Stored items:
####
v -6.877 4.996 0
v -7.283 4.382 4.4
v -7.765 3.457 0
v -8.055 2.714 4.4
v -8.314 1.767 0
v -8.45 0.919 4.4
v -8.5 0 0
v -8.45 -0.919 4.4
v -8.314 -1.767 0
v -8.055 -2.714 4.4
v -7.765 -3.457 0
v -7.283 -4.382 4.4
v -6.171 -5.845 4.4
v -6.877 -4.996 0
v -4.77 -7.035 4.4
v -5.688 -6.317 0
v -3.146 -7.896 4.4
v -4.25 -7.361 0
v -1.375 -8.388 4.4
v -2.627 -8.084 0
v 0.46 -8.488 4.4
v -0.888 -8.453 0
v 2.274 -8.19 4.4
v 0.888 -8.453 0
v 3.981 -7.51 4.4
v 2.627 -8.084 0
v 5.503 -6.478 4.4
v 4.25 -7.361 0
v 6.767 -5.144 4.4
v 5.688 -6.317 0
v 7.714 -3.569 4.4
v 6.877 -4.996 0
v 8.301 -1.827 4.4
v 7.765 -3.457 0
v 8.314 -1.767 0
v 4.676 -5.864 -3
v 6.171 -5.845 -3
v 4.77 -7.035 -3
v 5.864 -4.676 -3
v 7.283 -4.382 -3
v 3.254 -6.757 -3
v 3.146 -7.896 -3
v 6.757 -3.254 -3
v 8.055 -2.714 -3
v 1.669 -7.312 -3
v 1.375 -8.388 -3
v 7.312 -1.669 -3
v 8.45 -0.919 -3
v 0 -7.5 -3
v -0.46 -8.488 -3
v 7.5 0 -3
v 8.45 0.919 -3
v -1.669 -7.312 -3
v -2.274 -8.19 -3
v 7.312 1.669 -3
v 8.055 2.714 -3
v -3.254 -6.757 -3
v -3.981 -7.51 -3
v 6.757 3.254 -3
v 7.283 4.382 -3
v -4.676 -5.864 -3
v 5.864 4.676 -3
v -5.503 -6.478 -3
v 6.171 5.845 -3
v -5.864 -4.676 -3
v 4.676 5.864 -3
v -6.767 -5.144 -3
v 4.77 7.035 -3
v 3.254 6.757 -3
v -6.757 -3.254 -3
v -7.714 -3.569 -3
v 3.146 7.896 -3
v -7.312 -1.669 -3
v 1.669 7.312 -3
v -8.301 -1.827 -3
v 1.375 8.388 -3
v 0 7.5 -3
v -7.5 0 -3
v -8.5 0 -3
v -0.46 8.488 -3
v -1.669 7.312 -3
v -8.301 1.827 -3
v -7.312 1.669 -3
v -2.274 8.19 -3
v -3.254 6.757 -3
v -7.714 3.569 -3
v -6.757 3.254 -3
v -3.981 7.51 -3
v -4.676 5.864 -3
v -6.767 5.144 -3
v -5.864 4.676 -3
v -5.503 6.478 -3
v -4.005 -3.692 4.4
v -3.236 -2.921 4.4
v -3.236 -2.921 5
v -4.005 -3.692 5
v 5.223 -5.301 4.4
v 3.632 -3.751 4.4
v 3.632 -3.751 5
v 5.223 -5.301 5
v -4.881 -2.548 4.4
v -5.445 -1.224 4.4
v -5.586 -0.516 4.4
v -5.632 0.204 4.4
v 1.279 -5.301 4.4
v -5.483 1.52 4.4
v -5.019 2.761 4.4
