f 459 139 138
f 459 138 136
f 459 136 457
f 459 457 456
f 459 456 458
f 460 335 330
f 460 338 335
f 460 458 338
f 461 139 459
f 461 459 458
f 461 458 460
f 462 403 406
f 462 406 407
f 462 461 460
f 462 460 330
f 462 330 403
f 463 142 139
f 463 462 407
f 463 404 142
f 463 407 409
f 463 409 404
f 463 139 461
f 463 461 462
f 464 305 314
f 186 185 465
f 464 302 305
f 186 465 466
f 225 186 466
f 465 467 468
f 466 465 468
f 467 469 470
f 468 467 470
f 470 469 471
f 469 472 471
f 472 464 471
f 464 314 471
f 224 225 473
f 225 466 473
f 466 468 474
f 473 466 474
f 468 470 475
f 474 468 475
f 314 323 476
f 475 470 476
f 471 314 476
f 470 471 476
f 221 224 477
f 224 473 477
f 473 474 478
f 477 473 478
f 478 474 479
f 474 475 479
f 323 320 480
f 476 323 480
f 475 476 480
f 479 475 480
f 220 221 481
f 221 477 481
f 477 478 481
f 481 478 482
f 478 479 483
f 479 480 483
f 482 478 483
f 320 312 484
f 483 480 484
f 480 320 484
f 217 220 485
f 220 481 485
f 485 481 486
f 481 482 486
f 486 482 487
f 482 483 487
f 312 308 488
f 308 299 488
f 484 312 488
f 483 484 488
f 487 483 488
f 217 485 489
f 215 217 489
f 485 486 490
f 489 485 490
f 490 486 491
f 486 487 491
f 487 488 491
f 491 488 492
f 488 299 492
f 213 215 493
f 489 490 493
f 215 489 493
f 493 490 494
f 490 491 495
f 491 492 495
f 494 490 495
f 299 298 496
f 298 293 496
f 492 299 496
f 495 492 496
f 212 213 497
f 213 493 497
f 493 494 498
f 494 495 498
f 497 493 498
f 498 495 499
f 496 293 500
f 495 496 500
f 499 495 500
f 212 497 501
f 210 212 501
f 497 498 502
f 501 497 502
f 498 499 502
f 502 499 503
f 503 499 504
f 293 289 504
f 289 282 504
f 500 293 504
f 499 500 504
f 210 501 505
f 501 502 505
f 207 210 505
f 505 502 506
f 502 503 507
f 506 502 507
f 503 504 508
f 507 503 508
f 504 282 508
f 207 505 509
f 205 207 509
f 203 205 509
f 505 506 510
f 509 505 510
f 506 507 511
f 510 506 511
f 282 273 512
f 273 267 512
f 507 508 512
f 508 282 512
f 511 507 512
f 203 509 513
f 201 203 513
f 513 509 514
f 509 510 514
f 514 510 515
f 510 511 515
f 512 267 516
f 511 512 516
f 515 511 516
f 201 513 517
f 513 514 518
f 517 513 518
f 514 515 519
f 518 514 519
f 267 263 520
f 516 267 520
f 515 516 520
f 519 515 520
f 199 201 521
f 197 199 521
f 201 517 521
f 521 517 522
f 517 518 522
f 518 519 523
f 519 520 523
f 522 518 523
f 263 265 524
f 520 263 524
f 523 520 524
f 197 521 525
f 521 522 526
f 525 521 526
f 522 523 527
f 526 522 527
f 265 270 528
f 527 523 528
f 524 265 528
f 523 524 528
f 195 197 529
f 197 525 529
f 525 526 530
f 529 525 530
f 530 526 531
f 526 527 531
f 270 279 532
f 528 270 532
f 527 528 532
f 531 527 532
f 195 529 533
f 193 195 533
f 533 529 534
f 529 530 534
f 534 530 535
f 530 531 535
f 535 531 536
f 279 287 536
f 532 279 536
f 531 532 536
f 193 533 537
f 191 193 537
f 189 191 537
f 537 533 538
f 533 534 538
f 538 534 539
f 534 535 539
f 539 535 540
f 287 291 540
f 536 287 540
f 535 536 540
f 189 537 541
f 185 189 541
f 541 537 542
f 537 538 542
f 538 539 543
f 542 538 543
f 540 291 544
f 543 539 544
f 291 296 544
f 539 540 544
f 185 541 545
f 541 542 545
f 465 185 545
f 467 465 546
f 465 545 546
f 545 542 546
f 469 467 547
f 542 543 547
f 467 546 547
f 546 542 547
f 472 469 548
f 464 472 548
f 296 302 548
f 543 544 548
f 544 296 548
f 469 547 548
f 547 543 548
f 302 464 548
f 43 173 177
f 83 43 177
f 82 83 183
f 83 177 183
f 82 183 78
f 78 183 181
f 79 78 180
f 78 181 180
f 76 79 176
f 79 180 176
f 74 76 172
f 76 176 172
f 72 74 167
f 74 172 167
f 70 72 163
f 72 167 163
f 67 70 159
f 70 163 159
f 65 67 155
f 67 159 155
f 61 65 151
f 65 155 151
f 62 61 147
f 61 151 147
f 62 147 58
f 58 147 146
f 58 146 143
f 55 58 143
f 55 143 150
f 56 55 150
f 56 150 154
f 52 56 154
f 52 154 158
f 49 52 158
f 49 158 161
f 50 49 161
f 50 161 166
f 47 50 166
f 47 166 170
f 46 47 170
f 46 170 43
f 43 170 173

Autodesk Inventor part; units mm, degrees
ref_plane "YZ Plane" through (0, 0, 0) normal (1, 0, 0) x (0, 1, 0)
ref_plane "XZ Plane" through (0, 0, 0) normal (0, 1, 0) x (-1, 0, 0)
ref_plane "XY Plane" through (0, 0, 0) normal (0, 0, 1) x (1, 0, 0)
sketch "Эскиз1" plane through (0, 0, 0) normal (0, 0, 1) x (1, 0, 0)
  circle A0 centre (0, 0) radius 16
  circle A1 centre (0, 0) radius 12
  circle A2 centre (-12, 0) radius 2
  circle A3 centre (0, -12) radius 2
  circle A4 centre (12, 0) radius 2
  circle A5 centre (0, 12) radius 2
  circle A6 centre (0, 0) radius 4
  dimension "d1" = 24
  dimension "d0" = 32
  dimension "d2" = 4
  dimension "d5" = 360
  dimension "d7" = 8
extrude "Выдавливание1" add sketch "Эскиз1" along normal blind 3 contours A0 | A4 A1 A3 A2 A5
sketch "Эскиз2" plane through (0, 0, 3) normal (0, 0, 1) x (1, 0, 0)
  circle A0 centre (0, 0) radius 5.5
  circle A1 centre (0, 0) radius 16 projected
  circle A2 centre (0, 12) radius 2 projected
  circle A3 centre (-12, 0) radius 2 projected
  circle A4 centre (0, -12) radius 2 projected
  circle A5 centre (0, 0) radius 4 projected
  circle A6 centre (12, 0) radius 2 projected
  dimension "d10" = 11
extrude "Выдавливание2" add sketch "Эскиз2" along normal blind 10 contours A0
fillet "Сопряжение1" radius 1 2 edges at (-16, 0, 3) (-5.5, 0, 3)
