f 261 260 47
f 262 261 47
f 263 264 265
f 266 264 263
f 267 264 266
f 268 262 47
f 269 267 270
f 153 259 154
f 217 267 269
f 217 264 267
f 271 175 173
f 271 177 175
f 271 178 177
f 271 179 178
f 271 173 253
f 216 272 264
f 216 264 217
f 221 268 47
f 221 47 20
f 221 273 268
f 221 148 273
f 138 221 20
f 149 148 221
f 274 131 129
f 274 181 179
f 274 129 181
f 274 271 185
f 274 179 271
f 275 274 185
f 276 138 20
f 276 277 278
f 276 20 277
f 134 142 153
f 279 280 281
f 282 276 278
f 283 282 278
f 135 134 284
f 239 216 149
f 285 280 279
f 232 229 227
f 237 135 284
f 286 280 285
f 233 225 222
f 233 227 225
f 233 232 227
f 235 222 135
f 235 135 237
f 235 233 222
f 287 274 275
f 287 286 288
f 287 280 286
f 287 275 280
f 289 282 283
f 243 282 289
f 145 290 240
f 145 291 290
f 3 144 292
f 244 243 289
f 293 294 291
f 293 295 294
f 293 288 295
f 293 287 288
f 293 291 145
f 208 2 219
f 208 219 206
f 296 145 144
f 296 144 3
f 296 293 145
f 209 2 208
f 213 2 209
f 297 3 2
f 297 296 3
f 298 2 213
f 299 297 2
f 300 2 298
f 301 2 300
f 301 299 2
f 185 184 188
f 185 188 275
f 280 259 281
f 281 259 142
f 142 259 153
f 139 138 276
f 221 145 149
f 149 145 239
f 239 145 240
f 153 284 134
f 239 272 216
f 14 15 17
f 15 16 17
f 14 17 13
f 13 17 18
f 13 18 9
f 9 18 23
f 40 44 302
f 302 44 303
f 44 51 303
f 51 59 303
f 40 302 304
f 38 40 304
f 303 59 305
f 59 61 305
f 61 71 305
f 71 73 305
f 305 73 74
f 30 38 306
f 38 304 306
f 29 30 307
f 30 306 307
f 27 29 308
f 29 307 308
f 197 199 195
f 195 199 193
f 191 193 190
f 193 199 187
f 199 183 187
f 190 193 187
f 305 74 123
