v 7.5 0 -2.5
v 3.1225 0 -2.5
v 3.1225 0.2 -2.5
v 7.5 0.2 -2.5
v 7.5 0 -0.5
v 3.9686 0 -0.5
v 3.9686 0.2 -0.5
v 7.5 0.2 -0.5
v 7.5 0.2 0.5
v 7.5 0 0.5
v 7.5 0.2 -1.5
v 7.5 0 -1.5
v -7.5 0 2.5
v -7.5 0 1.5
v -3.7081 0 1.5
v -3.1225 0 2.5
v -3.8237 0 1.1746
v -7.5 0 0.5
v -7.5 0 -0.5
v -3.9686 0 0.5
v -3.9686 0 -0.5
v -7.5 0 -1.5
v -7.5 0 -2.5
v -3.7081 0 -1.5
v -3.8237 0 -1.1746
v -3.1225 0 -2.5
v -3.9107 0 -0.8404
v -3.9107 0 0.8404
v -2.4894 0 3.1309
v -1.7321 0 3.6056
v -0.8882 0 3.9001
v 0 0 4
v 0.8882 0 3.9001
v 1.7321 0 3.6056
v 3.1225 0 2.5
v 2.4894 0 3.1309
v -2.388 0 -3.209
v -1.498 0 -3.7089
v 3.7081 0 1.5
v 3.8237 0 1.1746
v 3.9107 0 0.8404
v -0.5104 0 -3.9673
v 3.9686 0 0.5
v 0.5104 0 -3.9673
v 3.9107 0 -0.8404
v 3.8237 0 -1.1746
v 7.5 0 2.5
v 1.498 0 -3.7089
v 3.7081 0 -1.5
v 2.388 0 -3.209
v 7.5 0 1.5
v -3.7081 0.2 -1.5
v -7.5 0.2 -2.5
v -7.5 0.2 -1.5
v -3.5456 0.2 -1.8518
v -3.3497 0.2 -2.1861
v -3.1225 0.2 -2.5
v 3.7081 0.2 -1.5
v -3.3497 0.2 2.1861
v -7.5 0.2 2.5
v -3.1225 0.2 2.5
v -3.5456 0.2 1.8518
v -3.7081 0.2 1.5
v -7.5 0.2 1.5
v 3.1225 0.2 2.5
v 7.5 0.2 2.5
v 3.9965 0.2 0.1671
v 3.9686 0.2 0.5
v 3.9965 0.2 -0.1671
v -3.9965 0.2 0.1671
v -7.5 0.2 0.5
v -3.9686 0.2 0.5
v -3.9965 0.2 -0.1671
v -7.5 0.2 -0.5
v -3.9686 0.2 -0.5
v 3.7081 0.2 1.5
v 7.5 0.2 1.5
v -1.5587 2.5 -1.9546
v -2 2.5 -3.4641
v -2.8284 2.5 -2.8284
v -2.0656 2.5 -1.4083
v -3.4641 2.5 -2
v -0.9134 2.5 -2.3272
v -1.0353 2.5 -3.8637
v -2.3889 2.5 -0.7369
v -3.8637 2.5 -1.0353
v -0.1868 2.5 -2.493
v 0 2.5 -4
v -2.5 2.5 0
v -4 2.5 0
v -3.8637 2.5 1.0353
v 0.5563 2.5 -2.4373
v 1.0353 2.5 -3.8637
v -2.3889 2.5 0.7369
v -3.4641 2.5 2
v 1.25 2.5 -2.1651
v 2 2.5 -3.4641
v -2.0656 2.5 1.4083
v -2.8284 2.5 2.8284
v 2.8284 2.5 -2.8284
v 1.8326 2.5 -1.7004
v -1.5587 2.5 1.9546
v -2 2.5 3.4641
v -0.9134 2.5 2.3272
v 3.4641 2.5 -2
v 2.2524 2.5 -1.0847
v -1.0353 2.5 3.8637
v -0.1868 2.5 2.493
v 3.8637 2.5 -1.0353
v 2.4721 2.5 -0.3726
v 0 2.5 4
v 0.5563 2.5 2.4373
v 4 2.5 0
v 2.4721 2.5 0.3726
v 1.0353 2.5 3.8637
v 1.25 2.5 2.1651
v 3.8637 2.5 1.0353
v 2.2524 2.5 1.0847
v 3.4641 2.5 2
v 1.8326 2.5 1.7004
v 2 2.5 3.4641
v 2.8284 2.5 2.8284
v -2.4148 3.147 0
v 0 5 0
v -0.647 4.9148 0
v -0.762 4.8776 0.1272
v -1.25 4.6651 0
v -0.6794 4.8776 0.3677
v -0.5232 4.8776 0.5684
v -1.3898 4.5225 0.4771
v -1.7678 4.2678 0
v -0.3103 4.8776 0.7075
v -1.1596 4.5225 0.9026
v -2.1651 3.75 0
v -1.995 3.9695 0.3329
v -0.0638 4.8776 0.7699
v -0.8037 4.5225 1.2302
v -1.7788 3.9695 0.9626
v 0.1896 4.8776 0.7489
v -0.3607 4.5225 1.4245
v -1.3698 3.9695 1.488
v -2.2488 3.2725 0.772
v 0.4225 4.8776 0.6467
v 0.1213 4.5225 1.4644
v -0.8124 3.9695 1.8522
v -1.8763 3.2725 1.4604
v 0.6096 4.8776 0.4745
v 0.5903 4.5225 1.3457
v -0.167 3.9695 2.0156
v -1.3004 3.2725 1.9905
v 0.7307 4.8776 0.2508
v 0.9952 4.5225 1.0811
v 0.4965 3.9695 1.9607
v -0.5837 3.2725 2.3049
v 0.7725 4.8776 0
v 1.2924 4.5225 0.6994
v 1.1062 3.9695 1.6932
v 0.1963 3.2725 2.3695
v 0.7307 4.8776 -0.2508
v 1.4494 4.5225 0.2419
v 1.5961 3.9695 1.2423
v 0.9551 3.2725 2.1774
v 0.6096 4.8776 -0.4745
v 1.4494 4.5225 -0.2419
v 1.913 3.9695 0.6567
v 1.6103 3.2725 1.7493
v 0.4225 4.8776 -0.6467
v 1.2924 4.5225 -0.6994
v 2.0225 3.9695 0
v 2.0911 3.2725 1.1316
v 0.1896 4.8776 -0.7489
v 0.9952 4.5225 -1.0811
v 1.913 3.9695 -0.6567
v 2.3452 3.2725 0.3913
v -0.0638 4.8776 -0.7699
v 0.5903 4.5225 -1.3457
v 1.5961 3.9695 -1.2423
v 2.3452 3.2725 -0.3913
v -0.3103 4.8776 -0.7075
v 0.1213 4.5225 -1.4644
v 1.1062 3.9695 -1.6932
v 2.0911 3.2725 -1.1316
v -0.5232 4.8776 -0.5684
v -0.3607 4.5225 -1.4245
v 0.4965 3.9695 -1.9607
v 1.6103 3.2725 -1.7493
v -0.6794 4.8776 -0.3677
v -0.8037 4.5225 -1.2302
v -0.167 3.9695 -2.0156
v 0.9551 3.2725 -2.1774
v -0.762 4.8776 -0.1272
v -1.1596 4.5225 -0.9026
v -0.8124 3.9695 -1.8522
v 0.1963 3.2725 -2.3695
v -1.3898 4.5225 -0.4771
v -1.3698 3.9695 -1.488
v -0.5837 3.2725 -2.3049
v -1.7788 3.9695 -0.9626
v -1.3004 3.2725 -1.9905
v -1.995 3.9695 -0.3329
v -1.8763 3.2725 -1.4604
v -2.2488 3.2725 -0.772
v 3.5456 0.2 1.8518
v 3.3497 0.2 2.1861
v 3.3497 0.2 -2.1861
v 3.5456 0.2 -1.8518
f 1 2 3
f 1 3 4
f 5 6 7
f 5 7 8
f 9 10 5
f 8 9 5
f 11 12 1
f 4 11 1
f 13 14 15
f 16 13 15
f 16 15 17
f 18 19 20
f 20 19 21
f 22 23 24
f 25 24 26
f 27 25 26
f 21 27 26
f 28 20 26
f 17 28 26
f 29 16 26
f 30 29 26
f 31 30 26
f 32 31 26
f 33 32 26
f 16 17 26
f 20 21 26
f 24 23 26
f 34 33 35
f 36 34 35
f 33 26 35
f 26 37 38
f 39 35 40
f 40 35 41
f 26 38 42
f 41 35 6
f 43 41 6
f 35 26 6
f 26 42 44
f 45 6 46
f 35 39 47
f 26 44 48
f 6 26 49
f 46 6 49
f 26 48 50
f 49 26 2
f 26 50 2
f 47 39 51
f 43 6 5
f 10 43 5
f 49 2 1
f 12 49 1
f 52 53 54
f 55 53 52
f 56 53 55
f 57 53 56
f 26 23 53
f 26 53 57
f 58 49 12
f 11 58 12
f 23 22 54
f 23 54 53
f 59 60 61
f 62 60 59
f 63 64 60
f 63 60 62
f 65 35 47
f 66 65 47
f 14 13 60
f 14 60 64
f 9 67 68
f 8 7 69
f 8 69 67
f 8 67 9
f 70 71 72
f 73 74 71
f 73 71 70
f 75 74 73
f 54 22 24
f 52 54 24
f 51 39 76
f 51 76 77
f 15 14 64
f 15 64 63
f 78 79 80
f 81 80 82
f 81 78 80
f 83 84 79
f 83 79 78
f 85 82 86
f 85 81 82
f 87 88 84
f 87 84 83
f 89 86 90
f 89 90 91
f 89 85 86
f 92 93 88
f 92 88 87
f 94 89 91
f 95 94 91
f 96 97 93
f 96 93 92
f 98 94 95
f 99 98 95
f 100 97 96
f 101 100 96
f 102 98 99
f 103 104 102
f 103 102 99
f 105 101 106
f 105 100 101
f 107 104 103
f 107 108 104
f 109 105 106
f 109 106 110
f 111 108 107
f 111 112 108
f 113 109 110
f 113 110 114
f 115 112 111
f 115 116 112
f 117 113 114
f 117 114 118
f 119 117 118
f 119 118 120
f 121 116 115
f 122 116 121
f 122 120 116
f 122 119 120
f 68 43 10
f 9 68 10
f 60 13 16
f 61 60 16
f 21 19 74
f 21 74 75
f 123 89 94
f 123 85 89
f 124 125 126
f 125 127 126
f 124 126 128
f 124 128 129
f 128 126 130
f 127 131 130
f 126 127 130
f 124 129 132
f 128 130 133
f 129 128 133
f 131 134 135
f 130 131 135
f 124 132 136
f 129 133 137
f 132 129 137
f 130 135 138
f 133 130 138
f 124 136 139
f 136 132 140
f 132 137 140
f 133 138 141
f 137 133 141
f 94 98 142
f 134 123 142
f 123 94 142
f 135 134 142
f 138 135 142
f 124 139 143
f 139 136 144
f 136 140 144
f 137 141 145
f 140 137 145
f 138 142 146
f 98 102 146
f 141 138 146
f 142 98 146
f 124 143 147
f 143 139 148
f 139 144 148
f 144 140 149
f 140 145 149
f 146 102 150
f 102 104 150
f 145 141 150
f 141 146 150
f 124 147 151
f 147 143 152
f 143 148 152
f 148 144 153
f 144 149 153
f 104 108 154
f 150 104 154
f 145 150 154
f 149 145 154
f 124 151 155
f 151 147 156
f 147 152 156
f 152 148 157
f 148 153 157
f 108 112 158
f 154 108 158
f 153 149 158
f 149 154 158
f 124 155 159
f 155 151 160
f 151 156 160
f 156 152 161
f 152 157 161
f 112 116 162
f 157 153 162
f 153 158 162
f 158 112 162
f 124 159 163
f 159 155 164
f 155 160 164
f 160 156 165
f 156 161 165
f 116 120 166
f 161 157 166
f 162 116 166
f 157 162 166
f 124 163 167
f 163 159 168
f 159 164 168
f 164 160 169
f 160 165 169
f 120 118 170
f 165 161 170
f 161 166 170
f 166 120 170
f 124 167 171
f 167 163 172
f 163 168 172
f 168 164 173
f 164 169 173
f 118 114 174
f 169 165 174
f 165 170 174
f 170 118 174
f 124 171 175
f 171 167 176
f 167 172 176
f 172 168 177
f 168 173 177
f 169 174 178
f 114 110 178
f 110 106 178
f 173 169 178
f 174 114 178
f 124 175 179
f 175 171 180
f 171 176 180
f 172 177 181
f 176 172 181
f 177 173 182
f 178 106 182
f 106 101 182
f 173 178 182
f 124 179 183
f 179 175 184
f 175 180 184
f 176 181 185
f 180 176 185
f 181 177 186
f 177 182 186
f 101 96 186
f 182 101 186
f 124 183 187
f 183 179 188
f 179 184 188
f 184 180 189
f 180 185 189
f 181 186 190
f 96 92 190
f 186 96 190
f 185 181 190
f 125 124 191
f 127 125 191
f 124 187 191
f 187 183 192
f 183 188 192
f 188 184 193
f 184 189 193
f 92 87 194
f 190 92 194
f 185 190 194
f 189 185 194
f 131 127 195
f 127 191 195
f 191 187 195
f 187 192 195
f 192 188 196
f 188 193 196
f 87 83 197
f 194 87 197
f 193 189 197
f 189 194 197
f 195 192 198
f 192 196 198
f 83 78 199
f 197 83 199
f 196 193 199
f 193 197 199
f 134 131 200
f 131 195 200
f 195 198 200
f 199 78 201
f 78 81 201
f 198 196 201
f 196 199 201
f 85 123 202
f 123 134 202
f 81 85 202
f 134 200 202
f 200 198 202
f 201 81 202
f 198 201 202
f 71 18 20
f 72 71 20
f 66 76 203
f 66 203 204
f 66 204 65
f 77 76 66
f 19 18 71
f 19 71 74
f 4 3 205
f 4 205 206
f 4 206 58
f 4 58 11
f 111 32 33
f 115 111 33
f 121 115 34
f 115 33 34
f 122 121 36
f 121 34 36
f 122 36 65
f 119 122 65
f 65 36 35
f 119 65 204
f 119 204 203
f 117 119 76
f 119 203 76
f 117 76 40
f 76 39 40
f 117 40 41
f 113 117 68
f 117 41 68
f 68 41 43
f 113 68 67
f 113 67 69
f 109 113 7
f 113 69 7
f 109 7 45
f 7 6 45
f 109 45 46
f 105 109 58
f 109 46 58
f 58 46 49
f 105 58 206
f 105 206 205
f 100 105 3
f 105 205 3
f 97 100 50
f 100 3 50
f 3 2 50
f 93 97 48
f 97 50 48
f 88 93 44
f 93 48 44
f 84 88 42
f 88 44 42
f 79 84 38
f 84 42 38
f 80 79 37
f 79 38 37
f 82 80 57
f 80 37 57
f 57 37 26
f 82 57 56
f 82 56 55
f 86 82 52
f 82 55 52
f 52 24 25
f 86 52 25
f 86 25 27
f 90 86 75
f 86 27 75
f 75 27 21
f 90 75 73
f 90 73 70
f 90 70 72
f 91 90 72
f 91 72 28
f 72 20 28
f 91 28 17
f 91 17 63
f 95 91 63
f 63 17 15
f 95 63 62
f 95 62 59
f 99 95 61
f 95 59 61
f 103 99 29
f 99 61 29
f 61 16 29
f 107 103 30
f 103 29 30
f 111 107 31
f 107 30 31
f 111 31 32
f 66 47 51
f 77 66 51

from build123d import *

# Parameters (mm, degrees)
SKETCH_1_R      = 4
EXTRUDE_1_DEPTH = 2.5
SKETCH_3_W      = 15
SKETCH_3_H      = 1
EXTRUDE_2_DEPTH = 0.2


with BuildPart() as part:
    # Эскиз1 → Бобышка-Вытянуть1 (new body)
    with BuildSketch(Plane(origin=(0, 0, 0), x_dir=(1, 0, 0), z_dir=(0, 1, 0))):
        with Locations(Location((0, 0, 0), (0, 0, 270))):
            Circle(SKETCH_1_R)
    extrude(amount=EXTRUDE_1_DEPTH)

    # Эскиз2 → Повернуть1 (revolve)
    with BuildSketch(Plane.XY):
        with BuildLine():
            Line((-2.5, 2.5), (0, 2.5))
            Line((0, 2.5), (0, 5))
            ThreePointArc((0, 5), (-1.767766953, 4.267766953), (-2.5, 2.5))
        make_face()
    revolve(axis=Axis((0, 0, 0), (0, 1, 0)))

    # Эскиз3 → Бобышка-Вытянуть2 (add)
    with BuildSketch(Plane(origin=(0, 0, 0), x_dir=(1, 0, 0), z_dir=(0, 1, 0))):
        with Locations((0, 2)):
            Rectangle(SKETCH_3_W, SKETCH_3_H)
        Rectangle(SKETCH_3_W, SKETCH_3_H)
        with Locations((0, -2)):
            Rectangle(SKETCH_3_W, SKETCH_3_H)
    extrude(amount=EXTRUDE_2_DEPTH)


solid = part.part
####
EXERCISE INSTRUCTIONS: Among the records above, only the lines between the line holding "v -7.765 3.457 0" and the line holding "v -3.146 -7.896 4.4", inclusive, are to be output, exactly as written.

ANSWER BOX:
v -7.765 3.457 0
v -8.055 2.714 4.4
v -8.314 1.767 0
v -8.45 0.919 4.4
v -8.5 0 0
v -8.45 -0.919 4.4
v -8.314 -1.767 0
v -8.055 -2.714 4.4
v -7.765 -3.457 0
v -7.283 -4.382 4.4
v -6.171 -5.845 4.4
v -6.877 -4.996 0
v -4.77 -7.035 4.4
v -5.688 -6.317 0
v -3.146 -7.896 4.4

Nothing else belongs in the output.